\section{Demo Overview}

We demonstrate a complete web-based platform that enables non-experts to personalize, test, and deploy LLM agents to edge devices. Our live demo showcases three key capabilities: (1) \textit{Interactive Model Tuning} - users adjust parameters and prompts in real-time using intuitive sliders and text editors, (2) \textit{Scenario-Based Agent Creation} - pre-built templates transform base models into specialized assistants (outdoor rescue, healthcare companion, AI tutor), and (3) \textit{Seamless Edge Deployment} - one-click transfer of configured agents to FPGA hardware for offline operation.

The system architecture combines a React frontend with FastAPI backend, featuring hybrid inference that intelligently routes between local FPGA acceleration and cloud APIs.

\textbf{Frontend Technology Stack:} Built with React 18 and TypeScript for type-safe development, using Vite as the modern build system for fast development and optimized production builds. The UI implementation follows shadcn/ui design system, combining Radix UI primitives (alert-dialog, select, slider, tabs) with Tailwind CSS 3.3.0 for accessible, consistent components. The component architecture uses class-variance-authority for variant management, clsx and tailwind-merge for style composition, and Lucide React for iconography. State management uses React hooks with localStorage persistence via a custom ChatStorageManager. The chat interface integrates Vercel AI SDK for streaming responses, with react-markdown for rendering formatted content. Navigation is handled by React Router DOM 6.15.0 with nested routing structure.

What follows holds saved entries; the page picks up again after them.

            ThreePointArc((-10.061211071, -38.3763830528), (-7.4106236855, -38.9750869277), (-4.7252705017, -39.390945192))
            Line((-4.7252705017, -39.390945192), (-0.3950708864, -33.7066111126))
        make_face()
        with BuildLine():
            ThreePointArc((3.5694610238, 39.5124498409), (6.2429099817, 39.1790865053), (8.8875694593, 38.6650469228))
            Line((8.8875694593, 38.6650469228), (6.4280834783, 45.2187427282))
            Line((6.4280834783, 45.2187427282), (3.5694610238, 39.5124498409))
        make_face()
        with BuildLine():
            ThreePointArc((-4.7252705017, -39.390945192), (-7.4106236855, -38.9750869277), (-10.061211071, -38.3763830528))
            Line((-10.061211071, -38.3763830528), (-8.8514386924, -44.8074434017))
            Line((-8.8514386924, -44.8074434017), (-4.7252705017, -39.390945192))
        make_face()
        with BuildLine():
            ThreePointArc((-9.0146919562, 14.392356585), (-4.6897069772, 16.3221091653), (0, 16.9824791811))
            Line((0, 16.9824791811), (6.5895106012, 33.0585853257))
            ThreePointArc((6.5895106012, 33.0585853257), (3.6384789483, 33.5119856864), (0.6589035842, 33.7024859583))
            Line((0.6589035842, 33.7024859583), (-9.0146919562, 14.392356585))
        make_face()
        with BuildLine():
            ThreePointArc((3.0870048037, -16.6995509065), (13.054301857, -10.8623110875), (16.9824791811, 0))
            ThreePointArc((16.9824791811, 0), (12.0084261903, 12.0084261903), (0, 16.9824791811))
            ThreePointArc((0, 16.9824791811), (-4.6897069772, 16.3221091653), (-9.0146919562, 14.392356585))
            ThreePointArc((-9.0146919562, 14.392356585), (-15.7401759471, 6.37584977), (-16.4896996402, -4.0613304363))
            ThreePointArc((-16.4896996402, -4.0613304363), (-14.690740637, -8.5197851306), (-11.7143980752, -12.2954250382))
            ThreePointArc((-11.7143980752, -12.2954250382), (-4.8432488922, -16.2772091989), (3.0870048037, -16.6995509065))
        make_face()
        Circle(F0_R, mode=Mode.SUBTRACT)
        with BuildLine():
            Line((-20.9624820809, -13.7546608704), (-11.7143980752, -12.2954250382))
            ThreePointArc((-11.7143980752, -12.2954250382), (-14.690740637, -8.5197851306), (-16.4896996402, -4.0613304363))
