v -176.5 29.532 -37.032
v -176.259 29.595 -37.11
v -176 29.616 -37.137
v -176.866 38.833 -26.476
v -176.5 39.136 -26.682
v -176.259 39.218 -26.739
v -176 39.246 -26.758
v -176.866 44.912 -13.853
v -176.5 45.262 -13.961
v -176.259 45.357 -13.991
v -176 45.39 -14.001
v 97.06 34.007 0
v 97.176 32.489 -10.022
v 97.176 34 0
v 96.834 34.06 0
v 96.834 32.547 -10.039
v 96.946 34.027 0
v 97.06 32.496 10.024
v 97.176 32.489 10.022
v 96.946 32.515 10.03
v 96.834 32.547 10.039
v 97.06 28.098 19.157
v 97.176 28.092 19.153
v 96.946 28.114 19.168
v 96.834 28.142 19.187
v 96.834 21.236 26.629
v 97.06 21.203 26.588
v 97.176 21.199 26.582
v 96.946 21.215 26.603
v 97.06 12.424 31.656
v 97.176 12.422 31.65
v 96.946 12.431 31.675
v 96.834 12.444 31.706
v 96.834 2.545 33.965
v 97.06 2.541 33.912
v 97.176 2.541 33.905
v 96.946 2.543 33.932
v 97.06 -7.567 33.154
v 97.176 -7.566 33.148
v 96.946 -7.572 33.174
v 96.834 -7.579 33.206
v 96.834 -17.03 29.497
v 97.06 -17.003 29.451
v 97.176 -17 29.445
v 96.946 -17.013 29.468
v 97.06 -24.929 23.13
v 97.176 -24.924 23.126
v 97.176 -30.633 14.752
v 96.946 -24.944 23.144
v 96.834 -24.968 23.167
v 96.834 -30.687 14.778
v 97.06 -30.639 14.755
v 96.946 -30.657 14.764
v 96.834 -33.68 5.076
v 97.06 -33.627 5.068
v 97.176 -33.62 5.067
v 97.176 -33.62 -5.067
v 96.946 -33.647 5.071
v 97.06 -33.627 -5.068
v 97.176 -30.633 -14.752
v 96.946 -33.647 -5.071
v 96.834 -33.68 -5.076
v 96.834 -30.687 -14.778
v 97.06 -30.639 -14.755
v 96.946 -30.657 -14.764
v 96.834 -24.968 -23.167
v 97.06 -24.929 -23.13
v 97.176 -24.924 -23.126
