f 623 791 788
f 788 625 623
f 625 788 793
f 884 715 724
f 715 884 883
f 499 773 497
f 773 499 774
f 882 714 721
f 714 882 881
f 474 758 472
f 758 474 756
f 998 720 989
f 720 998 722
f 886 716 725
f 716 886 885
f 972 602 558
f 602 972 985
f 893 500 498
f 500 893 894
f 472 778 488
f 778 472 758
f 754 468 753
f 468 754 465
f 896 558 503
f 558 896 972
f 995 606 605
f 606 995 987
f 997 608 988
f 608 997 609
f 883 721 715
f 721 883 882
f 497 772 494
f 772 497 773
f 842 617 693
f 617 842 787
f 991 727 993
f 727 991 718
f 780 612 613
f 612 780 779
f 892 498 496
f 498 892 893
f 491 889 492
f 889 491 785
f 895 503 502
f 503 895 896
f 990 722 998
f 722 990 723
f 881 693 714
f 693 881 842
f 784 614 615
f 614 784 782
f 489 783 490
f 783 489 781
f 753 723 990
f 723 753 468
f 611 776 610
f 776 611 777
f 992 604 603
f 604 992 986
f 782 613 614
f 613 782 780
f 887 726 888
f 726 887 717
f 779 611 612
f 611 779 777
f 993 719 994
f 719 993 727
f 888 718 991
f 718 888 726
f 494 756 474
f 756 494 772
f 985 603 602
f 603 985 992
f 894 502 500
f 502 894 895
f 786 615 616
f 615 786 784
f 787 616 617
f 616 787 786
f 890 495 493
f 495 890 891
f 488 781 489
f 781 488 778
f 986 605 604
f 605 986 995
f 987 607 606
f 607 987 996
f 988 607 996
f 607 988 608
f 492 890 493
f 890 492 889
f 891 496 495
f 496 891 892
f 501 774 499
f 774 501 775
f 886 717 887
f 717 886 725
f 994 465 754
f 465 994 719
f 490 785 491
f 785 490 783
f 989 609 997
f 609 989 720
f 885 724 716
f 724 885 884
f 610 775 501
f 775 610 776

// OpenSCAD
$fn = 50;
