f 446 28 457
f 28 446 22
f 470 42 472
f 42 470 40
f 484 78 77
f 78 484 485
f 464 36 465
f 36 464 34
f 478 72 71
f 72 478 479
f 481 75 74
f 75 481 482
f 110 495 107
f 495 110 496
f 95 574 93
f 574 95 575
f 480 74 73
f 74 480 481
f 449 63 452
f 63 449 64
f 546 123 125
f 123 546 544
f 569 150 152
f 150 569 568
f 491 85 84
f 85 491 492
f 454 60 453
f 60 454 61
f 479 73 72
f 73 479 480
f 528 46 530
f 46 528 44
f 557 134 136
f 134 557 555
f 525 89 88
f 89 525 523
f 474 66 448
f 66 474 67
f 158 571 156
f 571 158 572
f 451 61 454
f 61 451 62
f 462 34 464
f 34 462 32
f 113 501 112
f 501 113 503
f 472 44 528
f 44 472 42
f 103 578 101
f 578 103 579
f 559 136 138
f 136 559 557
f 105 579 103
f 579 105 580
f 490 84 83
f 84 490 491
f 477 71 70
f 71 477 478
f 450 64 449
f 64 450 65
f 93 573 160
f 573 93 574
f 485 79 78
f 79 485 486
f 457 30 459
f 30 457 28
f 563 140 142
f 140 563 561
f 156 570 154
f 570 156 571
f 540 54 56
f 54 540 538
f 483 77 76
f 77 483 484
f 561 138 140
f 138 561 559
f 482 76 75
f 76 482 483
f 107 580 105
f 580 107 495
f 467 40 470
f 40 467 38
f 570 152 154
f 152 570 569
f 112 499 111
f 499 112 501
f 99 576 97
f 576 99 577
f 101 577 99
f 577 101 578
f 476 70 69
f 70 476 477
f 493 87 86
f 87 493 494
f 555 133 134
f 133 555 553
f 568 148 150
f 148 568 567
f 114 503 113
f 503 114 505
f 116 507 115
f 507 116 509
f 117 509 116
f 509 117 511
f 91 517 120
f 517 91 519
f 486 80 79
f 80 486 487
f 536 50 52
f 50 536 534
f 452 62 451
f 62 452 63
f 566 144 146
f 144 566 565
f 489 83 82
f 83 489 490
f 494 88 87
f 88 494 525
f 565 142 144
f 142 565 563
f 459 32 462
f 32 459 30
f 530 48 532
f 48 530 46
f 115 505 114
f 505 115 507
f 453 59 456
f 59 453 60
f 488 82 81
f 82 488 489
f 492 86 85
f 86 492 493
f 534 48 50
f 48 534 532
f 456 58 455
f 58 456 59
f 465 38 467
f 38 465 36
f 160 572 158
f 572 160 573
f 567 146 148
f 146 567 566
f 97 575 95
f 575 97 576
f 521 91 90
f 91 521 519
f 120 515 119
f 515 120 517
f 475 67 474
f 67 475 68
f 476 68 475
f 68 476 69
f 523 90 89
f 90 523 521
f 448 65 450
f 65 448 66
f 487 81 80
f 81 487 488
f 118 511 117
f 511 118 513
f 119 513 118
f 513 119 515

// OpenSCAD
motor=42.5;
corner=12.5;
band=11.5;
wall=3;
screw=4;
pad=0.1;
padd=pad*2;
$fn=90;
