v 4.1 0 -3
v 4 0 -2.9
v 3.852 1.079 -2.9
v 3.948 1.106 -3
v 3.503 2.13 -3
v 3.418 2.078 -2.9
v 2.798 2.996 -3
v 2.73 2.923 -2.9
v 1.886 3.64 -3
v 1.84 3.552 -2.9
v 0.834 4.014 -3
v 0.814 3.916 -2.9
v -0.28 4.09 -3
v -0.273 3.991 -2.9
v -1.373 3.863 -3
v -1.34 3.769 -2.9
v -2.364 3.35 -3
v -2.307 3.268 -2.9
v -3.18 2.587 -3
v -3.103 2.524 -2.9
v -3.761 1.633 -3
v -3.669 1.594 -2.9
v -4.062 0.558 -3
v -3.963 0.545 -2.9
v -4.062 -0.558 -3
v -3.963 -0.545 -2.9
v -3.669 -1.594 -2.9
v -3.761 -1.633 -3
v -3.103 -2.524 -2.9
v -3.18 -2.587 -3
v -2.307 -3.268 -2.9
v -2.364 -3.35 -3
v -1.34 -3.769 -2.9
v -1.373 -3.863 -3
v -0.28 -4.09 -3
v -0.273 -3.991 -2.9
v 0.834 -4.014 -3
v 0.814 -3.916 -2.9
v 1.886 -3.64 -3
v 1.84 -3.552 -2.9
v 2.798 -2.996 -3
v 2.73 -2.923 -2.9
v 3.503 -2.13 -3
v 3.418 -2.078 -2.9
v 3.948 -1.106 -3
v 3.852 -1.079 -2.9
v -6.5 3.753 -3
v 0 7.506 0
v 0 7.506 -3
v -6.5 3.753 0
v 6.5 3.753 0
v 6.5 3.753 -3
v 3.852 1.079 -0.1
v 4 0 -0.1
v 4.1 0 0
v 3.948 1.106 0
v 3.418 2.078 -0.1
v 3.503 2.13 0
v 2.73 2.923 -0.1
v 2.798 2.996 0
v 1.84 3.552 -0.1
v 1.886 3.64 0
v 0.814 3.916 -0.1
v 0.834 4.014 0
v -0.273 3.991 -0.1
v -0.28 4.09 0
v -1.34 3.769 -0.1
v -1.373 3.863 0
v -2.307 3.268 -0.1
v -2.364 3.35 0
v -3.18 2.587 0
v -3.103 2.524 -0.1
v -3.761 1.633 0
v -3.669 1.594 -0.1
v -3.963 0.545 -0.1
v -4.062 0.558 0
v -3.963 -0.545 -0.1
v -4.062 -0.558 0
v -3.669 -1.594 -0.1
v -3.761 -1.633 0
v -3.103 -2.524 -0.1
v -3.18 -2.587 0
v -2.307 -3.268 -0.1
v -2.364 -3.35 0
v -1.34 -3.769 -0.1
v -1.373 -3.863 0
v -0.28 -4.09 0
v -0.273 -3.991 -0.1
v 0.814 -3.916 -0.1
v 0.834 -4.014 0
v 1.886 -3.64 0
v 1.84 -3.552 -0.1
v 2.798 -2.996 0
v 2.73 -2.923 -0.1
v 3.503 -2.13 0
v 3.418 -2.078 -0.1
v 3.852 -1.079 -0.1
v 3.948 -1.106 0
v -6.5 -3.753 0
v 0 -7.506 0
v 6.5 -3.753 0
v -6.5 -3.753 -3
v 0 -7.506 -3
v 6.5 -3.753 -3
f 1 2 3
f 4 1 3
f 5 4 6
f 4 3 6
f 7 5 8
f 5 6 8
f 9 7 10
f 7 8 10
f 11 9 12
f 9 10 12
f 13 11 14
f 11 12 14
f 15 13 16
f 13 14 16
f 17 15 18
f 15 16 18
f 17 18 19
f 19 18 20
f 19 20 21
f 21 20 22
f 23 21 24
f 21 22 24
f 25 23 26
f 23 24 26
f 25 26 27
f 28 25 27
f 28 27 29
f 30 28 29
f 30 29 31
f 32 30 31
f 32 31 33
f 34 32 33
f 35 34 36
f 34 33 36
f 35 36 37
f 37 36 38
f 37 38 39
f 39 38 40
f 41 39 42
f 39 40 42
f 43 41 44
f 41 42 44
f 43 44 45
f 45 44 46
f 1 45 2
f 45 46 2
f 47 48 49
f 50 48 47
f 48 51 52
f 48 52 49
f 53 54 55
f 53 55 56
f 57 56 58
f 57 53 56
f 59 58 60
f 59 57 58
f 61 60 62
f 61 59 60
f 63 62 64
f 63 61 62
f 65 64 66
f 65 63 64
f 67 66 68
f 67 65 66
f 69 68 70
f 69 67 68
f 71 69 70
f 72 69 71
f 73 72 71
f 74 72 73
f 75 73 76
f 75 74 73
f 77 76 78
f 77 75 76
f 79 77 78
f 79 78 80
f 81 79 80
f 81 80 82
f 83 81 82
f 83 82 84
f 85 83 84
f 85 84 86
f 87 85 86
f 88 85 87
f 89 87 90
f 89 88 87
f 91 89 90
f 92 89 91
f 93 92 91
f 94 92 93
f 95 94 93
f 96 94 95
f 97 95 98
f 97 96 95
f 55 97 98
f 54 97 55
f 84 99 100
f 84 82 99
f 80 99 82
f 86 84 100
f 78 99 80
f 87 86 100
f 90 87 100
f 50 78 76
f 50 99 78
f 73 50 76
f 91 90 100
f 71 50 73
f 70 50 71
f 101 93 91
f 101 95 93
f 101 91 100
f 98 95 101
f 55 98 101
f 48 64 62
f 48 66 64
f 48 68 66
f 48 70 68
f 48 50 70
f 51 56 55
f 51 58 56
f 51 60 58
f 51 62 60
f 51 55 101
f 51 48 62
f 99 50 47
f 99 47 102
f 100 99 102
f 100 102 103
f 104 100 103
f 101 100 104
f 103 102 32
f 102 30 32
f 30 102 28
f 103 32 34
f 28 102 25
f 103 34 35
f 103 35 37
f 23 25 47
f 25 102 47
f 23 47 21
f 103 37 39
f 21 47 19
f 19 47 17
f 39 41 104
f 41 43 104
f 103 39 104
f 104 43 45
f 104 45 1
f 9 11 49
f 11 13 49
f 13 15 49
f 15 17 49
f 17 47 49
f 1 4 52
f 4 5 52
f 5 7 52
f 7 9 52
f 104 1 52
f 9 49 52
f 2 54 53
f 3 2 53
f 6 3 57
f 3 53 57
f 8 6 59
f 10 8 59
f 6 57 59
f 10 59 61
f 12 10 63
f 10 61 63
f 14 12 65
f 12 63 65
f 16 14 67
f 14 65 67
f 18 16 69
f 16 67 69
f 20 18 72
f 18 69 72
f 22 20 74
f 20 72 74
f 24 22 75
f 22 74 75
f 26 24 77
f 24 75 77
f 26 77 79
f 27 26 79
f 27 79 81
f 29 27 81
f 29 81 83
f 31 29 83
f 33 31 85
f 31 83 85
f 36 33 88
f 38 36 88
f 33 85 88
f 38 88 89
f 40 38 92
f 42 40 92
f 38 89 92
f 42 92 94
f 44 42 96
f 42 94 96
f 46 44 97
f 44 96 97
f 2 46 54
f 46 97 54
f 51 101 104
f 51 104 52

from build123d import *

# Parameters (mm, degrees)
EXTRUDE_1_DEPTH     = 3
SKETCH_2_R          = 4
CUT_EXTRUDE_1_DEPTH = 3
CHAMFER_1_SIZE      = 0.1


with BuildPart() as part:
    # 草图1 → 凸台-拉伸1 (new body)
    with BuildSketch(Plane.XY):
        Polygon((0, 7.505553499), (-6.5, 3.75277675), (-6.5, -3.75277675), (0, -7.505553499), (6.5, -3.75277675), (6.5, 3.75277675), align=None)
    extrude(amount=-EXTRUDE_1_DEPTH)

    # 草图2 → 切除-拉伸1 (cut)
    with BuildSketch(Plane.XY):
        Circle(SKETCH_2_R)
    extrude(amount=-CUT_EXTRUDE_1_DEPTH, mode=Mode.SUBTRACT)

    # 倒角1
    chamfer_1_edges = [part.edges().sort_by_distance(p)[0] for p in [
        (-4, 0, -3),
        (-4, 0, 0),
    ]]
    chamfer(chamfer_1_edges, length=CHAMFER_1_SIZE)


solid = part.part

\textbf{Backend Technology Stack:} Implemented with FastAPI and Python 3.11+, providing async request handling and automatic OpenAPI documentation. Model inference combines HuggingFace Transformers for local models with OpenAI-compatible API clients for cloud models. The RAG system uses LangChain for document processing (PDF, DOCX, TXT, MD via pypdf, python-docx, unstructured), FAISS for vector storage, and sentence-transformers (all-MiniLM-L6-v2) for embeddings. Data validation uses Pydantic models with automatic serialization. The system supports dynamic model loading with differnt quantization settings, torch precision and device mapping.

We containerize the entire platform using Docker, enabling consistent deployment across diverse environments. The system is successfully deployed on Hugging Face Spaces with automatic port detection (7860) and frontend building. Key technical innovations include a modular assistant framework defined in TypeScript interfaces, environment-agnostic deployment that automatically adapts to different hosting platforms, and seamless integration between React components and FastAPI endpoints through RESTful APIs.